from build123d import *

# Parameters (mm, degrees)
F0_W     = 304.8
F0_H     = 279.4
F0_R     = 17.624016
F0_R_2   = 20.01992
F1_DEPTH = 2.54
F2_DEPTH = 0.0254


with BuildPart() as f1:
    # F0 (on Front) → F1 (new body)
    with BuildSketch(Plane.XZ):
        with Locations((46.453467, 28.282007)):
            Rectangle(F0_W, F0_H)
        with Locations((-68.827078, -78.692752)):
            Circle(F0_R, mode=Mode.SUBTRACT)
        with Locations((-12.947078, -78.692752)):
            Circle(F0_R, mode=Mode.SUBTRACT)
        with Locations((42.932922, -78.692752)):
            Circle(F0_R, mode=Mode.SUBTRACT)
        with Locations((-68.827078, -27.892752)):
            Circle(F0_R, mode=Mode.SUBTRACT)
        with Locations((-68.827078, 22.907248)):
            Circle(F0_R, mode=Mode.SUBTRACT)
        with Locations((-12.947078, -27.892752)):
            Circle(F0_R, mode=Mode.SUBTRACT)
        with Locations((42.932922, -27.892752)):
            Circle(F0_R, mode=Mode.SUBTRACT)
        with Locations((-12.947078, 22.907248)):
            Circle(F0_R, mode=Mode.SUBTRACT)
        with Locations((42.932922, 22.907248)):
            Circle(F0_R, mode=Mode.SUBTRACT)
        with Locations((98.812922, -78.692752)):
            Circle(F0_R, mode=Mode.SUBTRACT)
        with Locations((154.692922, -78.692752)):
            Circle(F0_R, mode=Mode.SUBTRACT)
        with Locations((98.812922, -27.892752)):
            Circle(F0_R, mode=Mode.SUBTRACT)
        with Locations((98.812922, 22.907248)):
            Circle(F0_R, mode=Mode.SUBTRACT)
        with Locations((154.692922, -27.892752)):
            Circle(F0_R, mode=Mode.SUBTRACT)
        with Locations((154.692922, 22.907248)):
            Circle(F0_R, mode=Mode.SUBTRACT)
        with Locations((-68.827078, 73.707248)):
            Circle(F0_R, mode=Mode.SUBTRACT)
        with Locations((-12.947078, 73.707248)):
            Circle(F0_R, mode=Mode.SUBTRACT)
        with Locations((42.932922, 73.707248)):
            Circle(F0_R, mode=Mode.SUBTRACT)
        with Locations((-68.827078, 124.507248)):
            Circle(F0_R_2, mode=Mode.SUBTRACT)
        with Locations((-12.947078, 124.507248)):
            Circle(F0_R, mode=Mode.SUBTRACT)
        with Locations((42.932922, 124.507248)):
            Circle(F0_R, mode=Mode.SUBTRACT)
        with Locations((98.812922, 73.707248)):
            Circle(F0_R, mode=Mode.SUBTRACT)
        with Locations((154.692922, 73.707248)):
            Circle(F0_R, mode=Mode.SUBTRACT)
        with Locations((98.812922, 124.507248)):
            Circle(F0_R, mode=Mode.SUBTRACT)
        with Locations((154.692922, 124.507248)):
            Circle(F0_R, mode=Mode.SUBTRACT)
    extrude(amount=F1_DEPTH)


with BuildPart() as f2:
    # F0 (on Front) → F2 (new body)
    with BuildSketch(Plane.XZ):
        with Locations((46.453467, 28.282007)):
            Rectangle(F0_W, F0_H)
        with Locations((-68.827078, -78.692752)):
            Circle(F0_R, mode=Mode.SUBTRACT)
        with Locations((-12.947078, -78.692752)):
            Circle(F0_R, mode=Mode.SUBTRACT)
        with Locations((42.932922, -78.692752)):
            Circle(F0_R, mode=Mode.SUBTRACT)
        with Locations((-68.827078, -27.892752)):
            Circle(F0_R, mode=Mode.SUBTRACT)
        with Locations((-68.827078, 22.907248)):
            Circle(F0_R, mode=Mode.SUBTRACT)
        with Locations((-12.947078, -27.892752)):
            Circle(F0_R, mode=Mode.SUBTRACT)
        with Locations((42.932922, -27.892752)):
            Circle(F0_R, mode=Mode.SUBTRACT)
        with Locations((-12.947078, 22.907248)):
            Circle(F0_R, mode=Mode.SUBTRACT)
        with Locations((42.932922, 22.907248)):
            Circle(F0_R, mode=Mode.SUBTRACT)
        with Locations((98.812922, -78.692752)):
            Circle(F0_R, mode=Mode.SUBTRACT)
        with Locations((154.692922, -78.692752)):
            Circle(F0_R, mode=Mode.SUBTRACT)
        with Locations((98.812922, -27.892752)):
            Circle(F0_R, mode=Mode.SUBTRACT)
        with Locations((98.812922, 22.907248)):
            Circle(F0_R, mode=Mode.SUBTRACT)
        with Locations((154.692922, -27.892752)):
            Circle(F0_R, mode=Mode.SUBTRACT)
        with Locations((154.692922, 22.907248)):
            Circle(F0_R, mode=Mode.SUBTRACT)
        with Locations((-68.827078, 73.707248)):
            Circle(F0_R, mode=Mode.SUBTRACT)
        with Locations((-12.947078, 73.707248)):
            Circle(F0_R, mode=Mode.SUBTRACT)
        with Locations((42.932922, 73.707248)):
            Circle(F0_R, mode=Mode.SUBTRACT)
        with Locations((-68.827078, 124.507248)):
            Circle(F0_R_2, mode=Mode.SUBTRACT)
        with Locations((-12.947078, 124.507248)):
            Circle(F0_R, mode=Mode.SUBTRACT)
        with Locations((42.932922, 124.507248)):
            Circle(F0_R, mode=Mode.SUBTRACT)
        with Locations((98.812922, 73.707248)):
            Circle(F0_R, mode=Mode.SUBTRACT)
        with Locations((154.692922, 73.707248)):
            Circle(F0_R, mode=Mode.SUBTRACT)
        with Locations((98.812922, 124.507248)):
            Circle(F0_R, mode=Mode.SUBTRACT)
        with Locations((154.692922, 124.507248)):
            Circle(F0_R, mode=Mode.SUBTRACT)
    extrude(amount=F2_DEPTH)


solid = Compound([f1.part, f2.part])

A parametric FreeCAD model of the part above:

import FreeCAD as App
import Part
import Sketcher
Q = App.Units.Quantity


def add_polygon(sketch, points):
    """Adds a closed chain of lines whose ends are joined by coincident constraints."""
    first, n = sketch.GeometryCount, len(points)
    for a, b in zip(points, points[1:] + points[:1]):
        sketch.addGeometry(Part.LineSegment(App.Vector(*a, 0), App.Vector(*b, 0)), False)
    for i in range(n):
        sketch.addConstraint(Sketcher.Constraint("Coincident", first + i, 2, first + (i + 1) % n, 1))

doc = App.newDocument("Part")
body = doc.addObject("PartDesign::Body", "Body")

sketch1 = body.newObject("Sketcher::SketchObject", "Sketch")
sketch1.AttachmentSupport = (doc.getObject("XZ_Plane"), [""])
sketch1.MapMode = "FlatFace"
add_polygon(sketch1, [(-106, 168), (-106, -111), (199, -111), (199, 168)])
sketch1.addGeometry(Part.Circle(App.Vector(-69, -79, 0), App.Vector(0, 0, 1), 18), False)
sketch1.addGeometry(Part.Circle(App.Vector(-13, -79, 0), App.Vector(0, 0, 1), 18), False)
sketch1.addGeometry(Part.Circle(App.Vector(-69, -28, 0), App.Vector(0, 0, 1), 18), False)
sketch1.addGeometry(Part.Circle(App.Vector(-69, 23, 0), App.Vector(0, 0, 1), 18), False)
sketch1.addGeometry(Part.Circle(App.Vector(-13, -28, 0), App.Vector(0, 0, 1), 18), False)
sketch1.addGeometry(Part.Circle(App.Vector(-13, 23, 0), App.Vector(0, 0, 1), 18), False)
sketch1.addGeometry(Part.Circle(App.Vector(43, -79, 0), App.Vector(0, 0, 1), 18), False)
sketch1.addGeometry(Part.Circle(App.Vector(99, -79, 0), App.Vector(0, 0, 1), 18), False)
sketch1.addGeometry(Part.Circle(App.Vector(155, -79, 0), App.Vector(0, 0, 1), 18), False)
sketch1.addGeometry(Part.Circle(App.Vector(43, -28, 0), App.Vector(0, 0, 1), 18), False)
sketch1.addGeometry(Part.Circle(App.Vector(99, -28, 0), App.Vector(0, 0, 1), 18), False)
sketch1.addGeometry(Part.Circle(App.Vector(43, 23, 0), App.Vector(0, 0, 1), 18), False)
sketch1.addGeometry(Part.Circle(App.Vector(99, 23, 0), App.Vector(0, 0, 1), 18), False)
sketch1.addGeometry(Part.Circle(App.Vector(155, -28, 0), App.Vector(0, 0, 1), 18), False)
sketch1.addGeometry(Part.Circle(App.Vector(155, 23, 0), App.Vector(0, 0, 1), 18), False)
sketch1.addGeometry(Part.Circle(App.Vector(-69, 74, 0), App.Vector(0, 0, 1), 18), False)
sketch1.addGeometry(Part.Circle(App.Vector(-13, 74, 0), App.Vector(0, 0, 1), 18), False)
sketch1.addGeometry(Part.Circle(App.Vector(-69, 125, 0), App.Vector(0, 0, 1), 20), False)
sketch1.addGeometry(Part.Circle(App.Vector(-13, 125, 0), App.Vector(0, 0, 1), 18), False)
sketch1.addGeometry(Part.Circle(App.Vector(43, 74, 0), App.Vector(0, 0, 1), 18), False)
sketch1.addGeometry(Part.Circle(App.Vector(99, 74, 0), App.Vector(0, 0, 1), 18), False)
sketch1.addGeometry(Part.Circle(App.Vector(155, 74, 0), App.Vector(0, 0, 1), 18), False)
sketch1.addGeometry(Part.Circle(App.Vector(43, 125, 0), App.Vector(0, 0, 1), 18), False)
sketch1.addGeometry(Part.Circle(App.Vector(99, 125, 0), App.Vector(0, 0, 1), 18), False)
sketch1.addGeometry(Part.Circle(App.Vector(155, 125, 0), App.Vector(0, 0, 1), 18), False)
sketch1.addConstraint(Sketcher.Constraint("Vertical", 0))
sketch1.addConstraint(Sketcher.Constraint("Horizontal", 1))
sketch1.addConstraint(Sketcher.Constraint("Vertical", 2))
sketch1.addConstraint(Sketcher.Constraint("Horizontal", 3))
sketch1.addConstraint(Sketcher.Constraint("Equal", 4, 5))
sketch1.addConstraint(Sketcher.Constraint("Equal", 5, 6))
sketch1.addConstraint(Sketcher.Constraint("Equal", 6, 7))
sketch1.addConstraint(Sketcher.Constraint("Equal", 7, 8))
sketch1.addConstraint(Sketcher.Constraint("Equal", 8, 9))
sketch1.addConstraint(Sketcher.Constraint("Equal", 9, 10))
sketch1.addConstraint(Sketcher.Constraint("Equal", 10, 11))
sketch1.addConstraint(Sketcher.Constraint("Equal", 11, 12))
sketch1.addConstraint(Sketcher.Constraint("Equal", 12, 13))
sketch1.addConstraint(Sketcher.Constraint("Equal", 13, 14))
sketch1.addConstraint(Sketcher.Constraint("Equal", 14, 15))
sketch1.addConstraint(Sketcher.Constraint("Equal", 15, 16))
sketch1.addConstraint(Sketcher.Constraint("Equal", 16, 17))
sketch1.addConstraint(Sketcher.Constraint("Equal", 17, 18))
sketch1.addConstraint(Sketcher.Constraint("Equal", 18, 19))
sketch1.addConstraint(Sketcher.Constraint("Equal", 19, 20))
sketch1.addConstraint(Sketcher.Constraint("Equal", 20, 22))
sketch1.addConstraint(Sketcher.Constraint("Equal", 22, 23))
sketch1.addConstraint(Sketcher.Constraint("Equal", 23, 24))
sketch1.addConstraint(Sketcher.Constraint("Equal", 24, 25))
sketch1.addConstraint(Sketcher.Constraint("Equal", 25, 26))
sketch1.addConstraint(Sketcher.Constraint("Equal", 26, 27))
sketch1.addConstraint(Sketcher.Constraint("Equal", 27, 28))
::::::::::
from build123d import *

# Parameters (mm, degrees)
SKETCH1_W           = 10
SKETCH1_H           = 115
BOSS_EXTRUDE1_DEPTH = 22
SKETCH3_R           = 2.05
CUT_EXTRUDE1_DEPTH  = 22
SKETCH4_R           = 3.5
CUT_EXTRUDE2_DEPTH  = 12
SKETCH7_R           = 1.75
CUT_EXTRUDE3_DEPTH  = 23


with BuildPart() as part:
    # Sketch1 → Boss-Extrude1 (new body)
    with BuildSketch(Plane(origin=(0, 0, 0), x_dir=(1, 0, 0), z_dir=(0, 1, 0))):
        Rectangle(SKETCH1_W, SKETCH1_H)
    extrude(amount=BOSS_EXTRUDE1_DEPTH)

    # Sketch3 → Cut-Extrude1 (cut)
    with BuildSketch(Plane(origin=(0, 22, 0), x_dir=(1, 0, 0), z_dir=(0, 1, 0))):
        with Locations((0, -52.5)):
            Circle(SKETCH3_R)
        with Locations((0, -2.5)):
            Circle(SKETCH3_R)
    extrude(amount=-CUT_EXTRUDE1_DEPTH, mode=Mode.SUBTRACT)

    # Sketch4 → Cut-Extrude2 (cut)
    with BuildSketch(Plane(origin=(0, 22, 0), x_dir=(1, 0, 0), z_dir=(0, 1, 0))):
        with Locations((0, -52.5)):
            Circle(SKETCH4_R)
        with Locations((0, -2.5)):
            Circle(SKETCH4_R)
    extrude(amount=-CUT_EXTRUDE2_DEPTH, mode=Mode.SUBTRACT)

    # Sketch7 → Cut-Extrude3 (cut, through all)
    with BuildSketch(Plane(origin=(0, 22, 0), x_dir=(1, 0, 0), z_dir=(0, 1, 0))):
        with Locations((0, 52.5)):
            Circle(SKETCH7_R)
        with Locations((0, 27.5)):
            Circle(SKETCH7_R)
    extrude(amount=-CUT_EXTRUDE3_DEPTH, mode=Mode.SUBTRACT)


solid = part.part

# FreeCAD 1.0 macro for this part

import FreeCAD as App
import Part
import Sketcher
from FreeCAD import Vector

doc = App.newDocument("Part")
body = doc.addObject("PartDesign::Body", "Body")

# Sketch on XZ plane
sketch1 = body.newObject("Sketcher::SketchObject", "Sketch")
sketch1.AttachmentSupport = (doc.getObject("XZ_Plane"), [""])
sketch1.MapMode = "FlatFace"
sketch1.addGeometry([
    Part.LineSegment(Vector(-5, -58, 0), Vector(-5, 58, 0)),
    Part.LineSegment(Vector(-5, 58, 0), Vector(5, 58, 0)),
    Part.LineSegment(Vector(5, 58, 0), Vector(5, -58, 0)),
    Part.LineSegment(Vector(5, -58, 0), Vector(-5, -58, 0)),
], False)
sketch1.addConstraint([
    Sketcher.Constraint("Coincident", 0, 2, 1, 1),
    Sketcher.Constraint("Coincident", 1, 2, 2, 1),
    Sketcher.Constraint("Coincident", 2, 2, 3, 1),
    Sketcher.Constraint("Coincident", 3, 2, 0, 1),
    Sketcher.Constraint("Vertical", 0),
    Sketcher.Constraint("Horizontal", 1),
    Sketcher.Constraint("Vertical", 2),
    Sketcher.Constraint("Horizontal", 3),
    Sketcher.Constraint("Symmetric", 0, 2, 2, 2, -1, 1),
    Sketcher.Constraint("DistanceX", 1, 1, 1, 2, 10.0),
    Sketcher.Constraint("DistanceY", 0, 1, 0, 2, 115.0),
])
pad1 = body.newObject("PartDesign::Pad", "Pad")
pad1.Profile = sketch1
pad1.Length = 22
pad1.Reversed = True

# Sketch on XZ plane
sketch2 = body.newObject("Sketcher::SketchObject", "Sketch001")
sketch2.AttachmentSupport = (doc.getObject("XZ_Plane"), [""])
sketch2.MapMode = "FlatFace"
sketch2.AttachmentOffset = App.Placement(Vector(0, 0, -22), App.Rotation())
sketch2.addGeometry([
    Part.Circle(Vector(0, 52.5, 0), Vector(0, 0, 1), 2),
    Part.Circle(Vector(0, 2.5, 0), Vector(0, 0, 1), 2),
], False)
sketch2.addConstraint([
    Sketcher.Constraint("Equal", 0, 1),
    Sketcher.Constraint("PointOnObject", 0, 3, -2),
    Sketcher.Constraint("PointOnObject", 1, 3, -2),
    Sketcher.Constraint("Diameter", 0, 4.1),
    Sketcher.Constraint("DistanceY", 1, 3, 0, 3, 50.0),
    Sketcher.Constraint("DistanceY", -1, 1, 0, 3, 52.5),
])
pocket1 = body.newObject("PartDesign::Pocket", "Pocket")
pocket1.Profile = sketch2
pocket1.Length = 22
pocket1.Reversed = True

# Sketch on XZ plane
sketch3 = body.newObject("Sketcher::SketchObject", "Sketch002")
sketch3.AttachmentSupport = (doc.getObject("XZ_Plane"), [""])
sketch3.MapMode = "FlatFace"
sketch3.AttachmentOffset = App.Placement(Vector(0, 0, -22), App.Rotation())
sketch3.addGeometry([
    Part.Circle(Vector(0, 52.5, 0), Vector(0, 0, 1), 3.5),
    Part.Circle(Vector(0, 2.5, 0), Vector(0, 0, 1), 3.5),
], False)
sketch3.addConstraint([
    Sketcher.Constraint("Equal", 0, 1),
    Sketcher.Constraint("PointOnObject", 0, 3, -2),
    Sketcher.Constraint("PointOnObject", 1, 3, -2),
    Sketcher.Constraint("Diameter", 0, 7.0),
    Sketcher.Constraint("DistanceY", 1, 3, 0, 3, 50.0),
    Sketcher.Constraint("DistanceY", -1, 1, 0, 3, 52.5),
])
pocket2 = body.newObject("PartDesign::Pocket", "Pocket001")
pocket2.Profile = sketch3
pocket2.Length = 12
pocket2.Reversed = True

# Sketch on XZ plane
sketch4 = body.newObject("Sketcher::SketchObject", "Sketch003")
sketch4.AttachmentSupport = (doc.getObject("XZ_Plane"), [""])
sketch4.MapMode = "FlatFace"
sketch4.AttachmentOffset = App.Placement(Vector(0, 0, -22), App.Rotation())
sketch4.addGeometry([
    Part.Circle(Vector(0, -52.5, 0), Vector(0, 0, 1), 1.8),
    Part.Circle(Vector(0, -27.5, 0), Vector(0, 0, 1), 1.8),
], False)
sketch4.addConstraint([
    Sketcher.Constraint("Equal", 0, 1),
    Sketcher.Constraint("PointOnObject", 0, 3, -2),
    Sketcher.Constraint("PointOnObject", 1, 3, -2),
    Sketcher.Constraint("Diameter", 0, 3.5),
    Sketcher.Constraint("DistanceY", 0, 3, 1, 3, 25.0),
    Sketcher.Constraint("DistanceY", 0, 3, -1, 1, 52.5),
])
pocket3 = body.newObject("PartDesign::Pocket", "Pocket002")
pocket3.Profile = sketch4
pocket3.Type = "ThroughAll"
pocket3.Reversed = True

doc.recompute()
::::::::::
Would you print, exactly as written, every line above from the one holding "extrude(amount=BOSS_EXTRUDE1_DEPTH)" through the one holding "# FreeCAD 1.0 macro for this part", with both included and no other lines?

    extrude(amount=BOSS_EXTRUDE1_DEPTH)

    # Sketch3 → Cut-Extrude1 (cut)
    with BuildSketch(Plane(origin=(0, 22, 0), x_dir=(1, 0, 0), z_dir=(0, 1, 0))):
        with Locations((0, -52.5)):
            Circle(SKETCH3_R)
        with Locations((0, -2.5)):
            Circle(SKETCH3_R)
    extrude(amount=-CUT_EXTRUDE1_DEPTH, mode=Mode.SUBTRACT)

    # Sketch4 → Cut-Extrude2 (cut)
    with BuildSketch(Plane(origin=(0, 22, 0), x_dir=(1, 0, 0), z_dir=(0, 1, 0))):
        with Locations((0, -52.5)):
            Circle(SKETCH4_R)
        with Locations((0, -2.5)):
            Circle(SKETCH4_R)
    extrude(amount=-CUT_EXTRUDE2_DEPTH, mode=Mode.SUBTRACT)

    # Sketch7 → Cut-Extrude3 (cut, through all)
    with BuildSketch(Plane(origin=(0, 22, 0), x_dir=(1, 0, 0), z_dir=(0, 1, 0))):
        with Locations((0, 52.5)):
            Circle(SKETCH7_R)
        with Locations((0, 27.5)):
            Circle(SKETCH7_R)
    extrude(amount=-CUT_EXTRUDE3_DEPTH, mode=Mode.SUBTRACT)


solid = part.part

# FreeCAD 1.0 macro for this part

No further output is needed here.